Your task
Repeat verbatim, and only, the lines of the data below, beginning at the line that contains "#96=EDGE_LOOP('',(#88,#93,#94,#95));" and stopping after the line that contains "#105=CIRCLE('',#104,1.5);".

Records supplied

-------

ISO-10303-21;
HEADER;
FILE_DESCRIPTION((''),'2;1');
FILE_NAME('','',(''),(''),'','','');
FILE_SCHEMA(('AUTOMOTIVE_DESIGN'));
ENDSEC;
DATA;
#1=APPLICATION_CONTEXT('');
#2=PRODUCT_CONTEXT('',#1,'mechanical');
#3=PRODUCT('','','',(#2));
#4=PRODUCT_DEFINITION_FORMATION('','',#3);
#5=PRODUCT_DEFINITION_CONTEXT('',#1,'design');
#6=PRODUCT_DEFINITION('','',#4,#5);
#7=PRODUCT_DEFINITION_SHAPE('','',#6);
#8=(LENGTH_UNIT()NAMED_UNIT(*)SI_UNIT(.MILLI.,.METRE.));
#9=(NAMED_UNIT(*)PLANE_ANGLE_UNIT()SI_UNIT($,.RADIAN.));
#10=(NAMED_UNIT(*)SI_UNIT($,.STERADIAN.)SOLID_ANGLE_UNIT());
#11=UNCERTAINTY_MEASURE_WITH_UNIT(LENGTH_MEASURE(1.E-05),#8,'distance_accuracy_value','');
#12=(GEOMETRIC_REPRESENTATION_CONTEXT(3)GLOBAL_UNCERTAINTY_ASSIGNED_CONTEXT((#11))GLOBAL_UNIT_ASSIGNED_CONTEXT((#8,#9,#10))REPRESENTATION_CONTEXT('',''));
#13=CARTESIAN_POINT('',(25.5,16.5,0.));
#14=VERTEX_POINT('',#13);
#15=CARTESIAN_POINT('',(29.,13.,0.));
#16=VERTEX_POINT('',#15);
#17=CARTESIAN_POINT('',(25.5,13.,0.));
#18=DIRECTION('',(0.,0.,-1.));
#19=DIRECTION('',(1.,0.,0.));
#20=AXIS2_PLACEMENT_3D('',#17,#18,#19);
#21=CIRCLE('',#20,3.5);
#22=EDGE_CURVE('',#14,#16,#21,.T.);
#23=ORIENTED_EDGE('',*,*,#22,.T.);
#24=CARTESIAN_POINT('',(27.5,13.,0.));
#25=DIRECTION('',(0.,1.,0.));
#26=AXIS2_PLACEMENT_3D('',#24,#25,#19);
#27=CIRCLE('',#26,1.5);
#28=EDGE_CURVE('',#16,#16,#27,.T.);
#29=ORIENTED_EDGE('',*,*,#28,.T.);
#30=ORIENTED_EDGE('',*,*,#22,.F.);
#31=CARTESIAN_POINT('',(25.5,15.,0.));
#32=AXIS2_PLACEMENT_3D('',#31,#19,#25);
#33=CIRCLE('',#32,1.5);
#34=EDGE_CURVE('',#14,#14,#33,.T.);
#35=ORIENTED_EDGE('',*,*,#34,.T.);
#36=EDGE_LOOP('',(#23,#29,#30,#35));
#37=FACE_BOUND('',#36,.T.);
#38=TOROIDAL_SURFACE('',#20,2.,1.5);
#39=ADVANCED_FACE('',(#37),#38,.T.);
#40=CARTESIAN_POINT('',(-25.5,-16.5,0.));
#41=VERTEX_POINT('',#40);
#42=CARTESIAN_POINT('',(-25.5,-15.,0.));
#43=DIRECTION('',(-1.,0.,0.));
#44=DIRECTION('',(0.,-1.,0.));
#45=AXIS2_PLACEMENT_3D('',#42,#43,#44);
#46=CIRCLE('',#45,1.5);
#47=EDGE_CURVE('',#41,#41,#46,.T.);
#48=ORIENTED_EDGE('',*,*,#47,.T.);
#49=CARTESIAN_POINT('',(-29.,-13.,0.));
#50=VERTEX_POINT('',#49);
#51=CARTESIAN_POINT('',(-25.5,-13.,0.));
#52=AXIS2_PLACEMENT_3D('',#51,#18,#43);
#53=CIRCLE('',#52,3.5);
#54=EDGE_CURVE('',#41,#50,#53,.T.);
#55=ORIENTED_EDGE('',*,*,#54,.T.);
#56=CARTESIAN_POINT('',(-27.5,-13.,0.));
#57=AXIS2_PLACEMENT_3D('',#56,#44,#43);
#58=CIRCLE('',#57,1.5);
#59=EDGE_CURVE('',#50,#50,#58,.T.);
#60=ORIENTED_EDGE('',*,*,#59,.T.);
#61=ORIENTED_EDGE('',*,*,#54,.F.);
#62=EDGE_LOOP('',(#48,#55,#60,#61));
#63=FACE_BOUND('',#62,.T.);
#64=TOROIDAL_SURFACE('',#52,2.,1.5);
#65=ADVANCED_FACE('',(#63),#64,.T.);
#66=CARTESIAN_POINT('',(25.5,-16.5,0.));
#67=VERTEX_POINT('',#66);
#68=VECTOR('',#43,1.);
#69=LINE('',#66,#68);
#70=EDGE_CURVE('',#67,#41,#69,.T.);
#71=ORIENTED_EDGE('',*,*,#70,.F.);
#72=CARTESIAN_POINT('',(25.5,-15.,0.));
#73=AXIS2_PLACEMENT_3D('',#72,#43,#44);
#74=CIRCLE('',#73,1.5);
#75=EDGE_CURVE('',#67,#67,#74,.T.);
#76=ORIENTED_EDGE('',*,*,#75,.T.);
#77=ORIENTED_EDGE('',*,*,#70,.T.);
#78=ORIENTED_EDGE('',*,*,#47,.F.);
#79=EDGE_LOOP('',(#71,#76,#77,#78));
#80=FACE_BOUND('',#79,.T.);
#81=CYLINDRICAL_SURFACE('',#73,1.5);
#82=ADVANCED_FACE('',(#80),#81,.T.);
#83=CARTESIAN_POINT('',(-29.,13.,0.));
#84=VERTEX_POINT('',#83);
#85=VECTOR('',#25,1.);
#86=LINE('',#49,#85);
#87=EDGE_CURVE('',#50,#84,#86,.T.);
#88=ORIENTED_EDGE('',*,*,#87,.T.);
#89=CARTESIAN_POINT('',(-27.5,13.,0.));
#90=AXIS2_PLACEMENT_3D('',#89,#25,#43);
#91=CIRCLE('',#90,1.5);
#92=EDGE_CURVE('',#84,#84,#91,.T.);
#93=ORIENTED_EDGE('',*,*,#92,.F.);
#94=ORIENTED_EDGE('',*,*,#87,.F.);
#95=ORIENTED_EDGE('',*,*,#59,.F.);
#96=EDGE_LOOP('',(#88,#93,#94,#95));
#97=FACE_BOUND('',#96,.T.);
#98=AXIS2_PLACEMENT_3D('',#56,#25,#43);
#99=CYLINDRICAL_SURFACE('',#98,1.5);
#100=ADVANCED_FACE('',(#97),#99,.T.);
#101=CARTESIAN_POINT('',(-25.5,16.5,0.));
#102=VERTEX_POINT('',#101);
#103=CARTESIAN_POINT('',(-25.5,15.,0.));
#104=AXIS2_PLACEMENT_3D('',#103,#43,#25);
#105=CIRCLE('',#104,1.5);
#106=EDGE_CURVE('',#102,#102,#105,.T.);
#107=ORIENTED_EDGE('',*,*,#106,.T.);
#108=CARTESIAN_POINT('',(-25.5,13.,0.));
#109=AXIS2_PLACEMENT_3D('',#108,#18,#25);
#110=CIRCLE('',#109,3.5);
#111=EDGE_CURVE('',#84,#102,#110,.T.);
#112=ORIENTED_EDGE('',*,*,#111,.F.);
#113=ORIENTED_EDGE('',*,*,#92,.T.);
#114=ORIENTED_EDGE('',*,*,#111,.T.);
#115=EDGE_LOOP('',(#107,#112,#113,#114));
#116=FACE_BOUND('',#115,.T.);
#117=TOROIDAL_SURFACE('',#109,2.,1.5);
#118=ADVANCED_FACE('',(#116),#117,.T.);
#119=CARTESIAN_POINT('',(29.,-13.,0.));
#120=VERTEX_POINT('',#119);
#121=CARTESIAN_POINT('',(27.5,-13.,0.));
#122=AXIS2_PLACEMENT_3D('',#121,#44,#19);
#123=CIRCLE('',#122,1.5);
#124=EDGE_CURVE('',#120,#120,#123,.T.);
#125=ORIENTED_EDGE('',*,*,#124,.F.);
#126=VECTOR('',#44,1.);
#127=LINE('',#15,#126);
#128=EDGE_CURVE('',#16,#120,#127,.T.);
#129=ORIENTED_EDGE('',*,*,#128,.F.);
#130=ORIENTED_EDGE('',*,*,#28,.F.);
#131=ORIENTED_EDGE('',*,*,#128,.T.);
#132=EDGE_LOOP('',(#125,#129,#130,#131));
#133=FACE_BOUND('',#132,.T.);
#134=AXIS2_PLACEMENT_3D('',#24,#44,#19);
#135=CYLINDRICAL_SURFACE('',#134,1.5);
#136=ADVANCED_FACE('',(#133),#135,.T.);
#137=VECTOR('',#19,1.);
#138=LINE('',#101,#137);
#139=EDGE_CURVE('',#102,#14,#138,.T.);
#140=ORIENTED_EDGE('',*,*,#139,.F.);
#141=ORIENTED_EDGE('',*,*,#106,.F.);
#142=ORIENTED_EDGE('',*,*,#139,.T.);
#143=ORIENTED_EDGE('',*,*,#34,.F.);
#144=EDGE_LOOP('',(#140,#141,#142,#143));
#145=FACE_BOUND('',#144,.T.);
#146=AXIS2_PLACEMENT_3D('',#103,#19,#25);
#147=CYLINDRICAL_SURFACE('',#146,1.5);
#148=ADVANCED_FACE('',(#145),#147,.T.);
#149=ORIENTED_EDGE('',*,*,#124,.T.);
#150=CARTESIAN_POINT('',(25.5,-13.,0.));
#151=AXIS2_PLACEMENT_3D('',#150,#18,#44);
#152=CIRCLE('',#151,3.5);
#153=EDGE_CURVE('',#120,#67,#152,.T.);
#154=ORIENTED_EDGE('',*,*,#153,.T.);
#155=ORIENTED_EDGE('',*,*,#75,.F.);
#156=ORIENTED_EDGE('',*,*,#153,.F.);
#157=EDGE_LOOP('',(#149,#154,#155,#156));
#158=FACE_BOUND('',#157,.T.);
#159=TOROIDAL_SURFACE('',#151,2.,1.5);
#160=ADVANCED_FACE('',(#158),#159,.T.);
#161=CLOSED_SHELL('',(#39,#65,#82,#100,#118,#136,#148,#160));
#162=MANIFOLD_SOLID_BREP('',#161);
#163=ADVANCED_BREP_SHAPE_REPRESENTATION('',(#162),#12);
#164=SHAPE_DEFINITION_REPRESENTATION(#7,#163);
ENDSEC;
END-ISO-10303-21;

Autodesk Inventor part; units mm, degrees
ref_plane "YZ Plane" through (0, 0, 0) normal (1, 0, 0) x (0, 1, 0)
ref_plane "XZ Plane" through (0, 0, 0) normal (0, 1, 0) x (-1, 0, 0)
ref_plane "XY Plane" through (0, 0, 0) normal (0, 0, 1) x (1, 0, 0)
sketch "Sketch2" plane through (0, 0, 0) normal (0, 0, 1) x (1, 0, 0)
  line L0 (29, -16.5) -> (-29, -16.5) construction
  line L1 (-29, -16.5) -> (-29, 16.5) construction
  line L2 (-29, 16.5) -> (29, 16.5) construction
  line L3 (29, 16.5) -> (29, -16.5) construction
  line L4 (29, -16.5) -> (-29, 16.5) construction
  line L5 (-29, -16.5) -> (29, 16.5) construction
  line L6 (25.5, -15) -> (-25.5, -15)
  line L7 (-27.5, -13) -> (-27.5, 13)
  line L8 (-25.5, 15) -> (25.5, 15)
  line L9 (27.5, 13) -> (27.5, -13)
  line L10 (27.5, -15) -> (-27.5, 15) construction
  line L11 (-27.5, -15) -> (27.5, 15) construction
  arc A0 (-25.5, 15) -> (-27.5, 13) centre (-25.5, 13) ccw
  arc A1 (-27.5, -13) -> (-25.5, -15) centre (-25.5, -13) ccw
  arc A2 (25.5, -15) -> (27.5, -13) centre (25.5, -13) ccw
  arc A3 (27.5, 13) -> (25.5, 15) centre (25.5, 13) ccw
  point P0 (0, 0)
  dimension "d0" = 58
  dimension "d1" = 33
  dimension "d9" = 1.5
  dimension "d10" = 1.5
  dimension "d14" = 2
sketch "Sketch4" plane through (0, 0, 0) normal (1, 0, 0) x (0, 1, 0)
  line L0 (16.5, 0) -> (-16.5, 0) construction
  circle A0 centre (15, 0) radius 1.5
  point P0 (0, 0)
  dimension "d11" = 3
sweep "Sweep1" add profiles "Sketch4" path "Sketch2"
properties part number "P020_Joint" material "Rubber, Silicone"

-------

Exercise response
#96=EDGE_LOOP('',(#88,#93,#94,#95));
#97=FACE_BOUND('',#96,.T.);
#98=AXIS2_PLACEMENT_3D('',#56,#25,#43);
#99=CYLINDRICAL_SURFACE('',#98,1.5);
#100=ADVANCED_FACE('',(#97),#99,.T.);
#101=CARTESIAN_POINT('',(-25.5,16.5,0.));
#102=VERTEX_POINT('',#101);
#103=CARTESIAN_POINT('',(-25.5,15.,0.));
#104=AXIS2_PLACEMENT_3D('',#103,#43,#25);
#105=CIRCLE('',#104,1.5);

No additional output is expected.